EXERCISE DESCRIPTION -> Copy nothing but the lines below running from the line containing "#466=ADVANCED_FACE('',(#463),#465,.F.);" through the line containing "#484=DIRECTION('',(0.164410656,0.,-0.986391979));", both end lines included.

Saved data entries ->
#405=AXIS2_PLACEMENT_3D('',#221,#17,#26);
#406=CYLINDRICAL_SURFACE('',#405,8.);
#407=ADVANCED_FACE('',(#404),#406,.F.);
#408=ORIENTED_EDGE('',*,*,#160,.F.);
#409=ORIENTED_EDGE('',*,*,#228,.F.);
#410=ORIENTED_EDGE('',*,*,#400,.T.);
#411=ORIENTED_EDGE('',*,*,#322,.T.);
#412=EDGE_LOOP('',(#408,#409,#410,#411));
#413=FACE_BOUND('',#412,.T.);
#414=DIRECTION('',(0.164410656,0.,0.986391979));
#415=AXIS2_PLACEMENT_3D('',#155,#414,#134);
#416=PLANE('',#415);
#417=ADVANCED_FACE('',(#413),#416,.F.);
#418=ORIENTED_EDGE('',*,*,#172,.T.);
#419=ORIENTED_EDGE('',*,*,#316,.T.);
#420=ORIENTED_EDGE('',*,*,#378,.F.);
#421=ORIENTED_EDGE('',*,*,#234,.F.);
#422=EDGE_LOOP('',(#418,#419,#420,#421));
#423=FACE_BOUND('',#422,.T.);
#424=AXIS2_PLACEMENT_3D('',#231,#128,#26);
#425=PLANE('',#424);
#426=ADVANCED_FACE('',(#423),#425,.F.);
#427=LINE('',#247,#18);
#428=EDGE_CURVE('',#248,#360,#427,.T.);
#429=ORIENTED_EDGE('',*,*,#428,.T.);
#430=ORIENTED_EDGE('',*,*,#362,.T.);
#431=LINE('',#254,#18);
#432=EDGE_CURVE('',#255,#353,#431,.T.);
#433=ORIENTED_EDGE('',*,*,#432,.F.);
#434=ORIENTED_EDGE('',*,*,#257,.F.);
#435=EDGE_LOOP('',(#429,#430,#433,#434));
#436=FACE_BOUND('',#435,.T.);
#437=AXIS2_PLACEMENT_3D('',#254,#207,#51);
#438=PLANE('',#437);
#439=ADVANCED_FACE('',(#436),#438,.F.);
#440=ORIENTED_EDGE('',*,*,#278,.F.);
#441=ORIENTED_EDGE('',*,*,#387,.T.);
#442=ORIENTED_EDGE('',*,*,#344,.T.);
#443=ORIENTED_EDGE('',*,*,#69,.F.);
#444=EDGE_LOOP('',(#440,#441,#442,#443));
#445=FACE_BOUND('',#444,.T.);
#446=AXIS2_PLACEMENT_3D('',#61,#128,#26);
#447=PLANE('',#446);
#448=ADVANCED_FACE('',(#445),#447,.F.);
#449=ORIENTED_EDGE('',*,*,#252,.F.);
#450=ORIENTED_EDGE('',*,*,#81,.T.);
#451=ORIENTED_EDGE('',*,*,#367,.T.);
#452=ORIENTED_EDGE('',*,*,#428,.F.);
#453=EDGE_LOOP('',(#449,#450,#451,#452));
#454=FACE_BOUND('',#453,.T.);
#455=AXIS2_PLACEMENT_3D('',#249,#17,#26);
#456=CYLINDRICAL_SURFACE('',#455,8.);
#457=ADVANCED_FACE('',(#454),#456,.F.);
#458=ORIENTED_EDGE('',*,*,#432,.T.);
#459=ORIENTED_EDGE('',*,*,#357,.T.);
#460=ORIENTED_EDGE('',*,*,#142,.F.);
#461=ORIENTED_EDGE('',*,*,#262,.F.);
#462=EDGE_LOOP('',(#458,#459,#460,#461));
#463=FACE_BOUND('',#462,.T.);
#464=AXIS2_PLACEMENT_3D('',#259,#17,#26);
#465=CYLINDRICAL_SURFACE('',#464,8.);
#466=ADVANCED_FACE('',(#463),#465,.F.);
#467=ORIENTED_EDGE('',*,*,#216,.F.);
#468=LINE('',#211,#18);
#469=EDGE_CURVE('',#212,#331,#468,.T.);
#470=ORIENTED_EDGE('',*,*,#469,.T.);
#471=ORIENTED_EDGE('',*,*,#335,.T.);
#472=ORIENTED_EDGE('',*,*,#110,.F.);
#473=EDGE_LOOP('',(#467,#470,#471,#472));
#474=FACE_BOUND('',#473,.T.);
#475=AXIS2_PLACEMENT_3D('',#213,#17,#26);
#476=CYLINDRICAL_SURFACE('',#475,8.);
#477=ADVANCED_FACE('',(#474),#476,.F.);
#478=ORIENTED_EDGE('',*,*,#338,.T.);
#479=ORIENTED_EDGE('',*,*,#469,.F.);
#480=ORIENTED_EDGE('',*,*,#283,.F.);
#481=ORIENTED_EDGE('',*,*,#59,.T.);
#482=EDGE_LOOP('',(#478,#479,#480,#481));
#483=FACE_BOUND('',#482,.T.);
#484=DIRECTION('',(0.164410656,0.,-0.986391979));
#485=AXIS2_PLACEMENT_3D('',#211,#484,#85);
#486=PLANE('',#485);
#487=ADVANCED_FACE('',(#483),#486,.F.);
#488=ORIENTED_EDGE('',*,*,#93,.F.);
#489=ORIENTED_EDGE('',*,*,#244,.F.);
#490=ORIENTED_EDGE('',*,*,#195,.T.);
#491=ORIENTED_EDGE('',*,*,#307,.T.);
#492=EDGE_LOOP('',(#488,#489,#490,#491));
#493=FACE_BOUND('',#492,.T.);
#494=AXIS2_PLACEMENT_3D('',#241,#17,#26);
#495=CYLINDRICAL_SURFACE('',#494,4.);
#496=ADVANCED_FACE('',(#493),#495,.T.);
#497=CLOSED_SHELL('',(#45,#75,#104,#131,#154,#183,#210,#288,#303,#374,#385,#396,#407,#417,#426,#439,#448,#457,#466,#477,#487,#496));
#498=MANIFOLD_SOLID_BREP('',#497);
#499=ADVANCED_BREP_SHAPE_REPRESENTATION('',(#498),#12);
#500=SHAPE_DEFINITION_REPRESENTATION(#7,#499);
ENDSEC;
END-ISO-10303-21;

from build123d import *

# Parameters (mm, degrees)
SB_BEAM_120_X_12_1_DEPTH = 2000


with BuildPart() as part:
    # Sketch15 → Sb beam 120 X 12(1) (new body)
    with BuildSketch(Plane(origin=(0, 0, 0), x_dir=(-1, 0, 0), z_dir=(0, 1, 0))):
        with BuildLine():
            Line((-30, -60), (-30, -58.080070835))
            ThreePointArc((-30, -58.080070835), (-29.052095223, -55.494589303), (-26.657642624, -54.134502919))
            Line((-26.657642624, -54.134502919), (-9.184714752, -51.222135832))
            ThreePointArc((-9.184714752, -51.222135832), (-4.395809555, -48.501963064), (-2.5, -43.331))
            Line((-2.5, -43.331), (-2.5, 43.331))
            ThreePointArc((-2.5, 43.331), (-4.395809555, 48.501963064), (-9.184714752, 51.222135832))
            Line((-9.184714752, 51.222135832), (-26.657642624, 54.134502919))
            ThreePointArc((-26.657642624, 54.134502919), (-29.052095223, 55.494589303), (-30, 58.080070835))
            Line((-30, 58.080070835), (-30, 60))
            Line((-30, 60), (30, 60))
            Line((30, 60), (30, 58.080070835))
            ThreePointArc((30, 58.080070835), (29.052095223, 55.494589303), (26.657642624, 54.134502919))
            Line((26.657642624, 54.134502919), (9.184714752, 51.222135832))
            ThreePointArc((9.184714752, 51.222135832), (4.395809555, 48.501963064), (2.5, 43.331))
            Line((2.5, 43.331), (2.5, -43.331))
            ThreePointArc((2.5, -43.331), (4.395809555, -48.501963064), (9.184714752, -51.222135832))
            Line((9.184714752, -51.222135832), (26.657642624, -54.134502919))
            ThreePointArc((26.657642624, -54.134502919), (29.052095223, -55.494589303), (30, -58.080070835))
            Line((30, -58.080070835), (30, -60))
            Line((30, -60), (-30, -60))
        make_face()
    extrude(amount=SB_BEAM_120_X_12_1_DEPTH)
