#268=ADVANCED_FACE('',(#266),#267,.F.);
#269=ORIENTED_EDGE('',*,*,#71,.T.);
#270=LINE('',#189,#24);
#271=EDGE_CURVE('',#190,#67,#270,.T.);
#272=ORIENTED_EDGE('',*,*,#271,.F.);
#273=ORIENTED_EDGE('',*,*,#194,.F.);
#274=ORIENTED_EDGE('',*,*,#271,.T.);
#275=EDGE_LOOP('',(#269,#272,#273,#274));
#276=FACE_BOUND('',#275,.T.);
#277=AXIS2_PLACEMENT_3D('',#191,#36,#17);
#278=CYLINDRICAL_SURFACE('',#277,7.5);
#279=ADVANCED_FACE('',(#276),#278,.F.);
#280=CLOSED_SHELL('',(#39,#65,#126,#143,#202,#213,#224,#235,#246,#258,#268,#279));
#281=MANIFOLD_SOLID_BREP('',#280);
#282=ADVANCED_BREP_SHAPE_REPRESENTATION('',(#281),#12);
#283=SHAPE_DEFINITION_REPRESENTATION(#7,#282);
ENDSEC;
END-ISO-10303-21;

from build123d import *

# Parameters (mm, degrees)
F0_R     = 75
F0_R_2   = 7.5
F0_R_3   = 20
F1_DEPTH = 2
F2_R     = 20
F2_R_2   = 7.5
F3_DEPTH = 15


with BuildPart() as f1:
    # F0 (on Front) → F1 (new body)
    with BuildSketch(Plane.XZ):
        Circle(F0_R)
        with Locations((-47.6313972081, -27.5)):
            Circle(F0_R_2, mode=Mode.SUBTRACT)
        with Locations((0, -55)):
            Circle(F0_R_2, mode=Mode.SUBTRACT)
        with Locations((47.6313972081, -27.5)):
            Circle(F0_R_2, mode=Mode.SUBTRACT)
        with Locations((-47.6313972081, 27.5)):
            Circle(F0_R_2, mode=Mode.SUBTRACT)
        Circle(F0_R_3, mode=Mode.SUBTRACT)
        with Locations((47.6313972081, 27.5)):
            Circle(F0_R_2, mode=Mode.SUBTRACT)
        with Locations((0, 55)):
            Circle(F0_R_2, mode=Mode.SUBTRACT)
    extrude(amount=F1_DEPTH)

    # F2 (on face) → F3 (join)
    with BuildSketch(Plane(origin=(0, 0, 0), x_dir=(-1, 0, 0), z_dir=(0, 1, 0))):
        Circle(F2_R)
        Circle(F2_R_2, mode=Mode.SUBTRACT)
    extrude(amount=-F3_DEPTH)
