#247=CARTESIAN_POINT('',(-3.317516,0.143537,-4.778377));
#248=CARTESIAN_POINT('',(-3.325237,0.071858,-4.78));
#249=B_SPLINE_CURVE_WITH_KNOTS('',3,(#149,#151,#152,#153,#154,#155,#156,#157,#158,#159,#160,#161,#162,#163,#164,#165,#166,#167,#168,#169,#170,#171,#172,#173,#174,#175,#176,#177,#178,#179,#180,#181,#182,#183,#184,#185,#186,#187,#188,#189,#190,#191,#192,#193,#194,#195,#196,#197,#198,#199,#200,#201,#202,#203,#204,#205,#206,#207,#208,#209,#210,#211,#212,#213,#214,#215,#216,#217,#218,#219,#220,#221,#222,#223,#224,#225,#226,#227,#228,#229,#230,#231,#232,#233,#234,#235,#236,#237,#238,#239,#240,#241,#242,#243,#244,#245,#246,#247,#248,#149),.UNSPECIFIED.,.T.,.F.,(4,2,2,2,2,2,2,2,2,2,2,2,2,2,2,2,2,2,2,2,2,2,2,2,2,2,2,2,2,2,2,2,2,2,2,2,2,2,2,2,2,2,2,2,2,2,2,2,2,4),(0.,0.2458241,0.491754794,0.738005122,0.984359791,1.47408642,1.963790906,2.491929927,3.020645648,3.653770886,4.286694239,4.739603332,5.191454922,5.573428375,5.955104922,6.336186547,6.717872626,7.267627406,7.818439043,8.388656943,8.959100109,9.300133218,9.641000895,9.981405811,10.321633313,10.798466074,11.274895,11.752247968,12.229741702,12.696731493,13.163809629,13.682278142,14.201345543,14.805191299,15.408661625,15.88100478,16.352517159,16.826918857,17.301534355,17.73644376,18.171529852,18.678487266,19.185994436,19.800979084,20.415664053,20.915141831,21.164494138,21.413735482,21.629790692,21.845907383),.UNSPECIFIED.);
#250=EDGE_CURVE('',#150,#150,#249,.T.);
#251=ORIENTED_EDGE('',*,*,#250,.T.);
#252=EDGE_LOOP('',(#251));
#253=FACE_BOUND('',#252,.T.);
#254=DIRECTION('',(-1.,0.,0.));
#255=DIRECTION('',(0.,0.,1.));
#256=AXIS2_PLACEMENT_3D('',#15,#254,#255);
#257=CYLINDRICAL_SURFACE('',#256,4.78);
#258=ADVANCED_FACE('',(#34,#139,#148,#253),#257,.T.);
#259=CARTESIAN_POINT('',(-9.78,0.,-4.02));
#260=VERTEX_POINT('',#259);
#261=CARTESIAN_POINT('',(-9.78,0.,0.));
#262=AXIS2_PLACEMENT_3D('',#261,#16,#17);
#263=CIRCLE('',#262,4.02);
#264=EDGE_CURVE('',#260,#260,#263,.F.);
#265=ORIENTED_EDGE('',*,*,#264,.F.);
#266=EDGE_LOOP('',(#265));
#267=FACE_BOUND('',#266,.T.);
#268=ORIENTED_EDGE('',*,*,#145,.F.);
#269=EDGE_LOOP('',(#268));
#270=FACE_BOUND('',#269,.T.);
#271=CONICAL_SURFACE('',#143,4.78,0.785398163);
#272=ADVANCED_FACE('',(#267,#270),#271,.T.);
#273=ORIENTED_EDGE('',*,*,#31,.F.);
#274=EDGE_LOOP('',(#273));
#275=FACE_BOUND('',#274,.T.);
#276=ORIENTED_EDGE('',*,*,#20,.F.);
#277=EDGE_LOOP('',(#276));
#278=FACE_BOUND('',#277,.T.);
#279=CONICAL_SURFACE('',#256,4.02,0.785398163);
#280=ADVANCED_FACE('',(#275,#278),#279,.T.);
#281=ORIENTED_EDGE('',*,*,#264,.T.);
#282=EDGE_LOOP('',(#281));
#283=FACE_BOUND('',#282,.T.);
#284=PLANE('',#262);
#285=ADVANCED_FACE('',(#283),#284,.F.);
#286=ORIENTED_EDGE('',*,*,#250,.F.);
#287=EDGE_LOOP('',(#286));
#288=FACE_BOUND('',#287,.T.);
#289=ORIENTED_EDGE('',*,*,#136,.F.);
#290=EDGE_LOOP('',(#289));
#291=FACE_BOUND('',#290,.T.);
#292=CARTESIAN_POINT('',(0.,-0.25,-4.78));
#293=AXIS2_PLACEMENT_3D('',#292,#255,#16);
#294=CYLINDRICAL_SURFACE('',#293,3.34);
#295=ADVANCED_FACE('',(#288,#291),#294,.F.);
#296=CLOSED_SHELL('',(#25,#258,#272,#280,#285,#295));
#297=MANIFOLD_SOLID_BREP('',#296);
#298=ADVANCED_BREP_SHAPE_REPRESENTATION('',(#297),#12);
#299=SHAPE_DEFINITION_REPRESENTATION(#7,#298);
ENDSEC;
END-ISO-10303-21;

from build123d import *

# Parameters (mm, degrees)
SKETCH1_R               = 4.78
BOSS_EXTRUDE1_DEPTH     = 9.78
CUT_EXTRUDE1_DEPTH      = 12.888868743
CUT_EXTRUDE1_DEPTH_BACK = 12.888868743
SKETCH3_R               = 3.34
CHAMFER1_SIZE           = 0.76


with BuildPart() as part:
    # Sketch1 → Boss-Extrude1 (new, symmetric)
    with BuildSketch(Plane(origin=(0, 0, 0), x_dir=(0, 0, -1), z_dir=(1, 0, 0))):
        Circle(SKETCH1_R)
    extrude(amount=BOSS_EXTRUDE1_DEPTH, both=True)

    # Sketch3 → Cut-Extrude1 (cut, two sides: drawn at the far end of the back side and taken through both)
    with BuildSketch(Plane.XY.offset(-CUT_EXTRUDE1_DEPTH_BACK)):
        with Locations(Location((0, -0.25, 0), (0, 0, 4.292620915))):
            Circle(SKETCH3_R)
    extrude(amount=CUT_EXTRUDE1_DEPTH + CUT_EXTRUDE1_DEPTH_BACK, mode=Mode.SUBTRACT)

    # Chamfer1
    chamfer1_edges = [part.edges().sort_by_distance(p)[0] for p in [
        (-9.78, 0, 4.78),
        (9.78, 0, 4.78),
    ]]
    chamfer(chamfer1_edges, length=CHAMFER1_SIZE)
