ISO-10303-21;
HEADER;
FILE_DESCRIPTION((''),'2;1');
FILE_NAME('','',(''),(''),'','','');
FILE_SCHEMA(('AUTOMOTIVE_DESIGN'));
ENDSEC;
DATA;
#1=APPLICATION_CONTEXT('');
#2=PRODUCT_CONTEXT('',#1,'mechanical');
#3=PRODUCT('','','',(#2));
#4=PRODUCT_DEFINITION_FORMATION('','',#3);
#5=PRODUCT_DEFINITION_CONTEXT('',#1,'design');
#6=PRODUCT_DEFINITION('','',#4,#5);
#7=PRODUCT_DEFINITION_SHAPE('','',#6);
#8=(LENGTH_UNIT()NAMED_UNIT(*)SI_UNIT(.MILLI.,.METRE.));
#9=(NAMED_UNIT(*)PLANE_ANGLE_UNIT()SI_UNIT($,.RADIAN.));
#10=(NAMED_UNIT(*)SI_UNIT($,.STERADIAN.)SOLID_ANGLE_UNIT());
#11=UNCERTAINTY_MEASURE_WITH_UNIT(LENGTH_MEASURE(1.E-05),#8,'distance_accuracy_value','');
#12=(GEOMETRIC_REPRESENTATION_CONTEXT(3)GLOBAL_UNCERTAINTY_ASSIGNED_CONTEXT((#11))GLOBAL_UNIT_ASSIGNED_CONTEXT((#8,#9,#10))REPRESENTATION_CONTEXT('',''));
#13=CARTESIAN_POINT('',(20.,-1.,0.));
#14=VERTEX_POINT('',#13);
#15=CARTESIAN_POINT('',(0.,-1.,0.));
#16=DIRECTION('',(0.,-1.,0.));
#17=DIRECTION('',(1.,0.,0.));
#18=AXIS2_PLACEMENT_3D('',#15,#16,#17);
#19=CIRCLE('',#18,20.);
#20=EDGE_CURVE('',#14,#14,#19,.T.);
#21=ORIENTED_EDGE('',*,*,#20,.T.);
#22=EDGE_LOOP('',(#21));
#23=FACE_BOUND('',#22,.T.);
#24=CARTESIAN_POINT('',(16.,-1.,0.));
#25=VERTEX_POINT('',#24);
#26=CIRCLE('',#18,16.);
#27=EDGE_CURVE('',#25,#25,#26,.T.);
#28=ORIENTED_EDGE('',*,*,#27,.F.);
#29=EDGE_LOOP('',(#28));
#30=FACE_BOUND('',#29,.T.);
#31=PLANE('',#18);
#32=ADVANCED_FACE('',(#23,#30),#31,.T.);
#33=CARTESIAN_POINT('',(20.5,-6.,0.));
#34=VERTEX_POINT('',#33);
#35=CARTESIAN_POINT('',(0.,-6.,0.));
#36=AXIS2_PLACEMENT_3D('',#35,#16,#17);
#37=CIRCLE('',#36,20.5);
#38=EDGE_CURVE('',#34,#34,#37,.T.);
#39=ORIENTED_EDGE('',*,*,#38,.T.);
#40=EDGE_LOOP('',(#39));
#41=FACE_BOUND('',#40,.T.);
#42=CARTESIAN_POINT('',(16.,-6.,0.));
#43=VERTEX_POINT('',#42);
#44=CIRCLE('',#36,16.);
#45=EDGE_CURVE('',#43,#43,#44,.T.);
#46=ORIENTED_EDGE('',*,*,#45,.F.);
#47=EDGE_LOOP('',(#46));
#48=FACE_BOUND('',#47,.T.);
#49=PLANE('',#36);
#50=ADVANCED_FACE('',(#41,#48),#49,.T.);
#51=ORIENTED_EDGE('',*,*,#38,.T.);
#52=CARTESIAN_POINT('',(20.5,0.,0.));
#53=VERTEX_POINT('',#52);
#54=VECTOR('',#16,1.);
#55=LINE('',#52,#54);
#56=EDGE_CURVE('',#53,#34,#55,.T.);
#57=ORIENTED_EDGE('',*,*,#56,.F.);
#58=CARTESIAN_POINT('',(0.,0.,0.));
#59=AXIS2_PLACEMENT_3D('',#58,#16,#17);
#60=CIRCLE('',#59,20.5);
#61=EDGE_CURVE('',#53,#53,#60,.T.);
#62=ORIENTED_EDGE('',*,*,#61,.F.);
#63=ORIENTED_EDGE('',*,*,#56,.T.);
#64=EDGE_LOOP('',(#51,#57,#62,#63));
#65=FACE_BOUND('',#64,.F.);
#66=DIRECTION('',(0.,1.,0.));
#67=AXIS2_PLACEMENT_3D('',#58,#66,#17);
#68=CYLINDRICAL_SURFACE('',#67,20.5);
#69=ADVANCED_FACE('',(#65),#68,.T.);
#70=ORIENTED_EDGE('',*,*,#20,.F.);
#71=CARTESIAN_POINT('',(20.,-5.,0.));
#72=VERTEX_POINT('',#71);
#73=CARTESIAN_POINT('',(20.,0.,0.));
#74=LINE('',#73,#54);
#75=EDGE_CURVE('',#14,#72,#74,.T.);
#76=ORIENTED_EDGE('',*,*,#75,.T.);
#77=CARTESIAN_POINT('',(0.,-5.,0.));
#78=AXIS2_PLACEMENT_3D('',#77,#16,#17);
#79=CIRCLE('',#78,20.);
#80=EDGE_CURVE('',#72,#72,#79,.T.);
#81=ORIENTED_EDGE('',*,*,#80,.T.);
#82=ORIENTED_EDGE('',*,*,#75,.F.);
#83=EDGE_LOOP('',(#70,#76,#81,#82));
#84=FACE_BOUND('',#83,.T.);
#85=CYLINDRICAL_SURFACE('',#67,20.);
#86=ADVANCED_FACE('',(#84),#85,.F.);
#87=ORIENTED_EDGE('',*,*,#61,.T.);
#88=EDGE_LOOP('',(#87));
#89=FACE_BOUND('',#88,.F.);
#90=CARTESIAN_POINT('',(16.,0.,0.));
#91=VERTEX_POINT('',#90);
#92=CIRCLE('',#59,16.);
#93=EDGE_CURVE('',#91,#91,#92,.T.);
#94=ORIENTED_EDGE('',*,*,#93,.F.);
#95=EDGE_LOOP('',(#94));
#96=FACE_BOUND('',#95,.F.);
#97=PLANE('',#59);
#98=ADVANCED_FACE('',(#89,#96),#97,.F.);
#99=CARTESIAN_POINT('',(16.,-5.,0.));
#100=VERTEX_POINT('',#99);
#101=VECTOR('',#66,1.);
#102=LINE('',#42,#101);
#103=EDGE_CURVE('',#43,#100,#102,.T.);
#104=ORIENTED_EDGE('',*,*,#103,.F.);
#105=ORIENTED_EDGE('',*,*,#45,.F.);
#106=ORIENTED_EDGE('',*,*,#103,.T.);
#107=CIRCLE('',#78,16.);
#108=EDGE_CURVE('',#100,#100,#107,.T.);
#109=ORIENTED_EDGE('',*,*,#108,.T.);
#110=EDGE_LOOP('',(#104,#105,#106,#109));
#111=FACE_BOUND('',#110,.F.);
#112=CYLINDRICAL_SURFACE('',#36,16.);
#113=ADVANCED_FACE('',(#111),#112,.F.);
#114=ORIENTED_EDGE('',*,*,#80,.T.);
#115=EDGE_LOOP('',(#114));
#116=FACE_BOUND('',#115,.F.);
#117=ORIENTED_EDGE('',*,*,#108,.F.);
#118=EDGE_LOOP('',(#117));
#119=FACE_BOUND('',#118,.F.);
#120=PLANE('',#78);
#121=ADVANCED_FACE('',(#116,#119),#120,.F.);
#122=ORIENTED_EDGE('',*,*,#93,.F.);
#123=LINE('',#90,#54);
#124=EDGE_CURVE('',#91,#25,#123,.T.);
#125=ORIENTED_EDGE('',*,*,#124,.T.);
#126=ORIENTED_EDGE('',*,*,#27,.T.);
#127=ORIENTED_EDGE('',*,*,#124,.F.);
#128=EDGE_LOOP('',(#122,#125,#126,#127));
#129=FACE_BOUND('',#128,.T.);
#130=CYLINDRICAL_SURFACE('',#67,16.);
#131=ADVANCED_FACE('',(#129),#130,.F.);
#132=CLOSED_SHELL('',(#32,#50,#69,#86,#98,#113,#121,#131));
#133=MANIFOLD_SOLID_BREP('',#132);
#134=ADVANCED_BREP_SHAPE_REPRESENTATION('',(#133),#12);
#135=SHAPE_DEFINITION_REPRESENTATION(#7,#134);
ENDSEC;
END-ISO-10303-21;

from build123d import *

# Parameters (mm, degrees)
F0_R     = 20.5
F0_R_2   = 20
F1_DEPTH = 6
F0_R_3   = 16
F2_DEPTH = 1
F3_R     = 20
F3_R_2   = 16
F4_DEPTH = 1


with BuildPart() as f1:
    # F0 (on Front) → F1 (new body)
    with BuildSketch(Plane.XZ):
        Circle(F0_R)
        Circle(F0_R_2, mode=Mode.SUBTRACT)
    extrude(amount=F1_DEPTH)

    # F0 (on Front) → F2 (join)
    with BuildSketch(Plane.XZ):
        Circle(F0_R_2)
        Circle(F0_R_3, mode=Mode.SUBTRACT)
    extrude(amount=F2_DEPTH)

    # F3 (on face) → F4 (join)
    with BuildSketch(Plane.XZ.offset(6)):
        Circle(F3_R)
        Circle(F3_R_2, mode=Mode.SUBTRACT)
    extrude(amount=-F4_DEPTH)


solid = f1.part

SOLUTION TO THIS TASK ->
#466=ADVANCED_FACE('',(#463),#465,.F.);
#467=ORIENTED_EDGE('',*,*,#216,.F.);
#468=LINE('',#211,#18);
#469=EDGE_CURVE('',#212,#331,#468,.T.);
#470=ORIENTED_EDGE('',*,*,#469,.T.);
#471=ORIENTED_EDGE('',*,*,#335,.T.);
#472=ORIENTED_EDGE('',*,*,#110,.F.);
#473=EDGE_LOOP('',(#467,#470,#471,#472));
#474=FACE_BOUND('',#473,.T.);
#475=AXIS2_PLACEMENT_3D('',#213,#17,#26);
#476=CYLINDRICAL_SURFACE('',#475,8.);
#477=ADVANCED_FACE('',(#474),#476,.F.);
#478=ORIENTED_EDGE('',*,*,#338,.T.);
#479=ORIENTED_EDGE('',*,*,#469,.F.);
#480=ORIENTED_EDGE('',*,*,#283,.F.);
#481=ORIENTED_EDGE('',*,*,#59,.T.);
#482=EDGE_LOOP('',(#478,#479,#480,#481));
#483=FACE_BOUND('',#482,.T.);
#484=DIRECTION('',(0.164410656,0.,-0.986391979));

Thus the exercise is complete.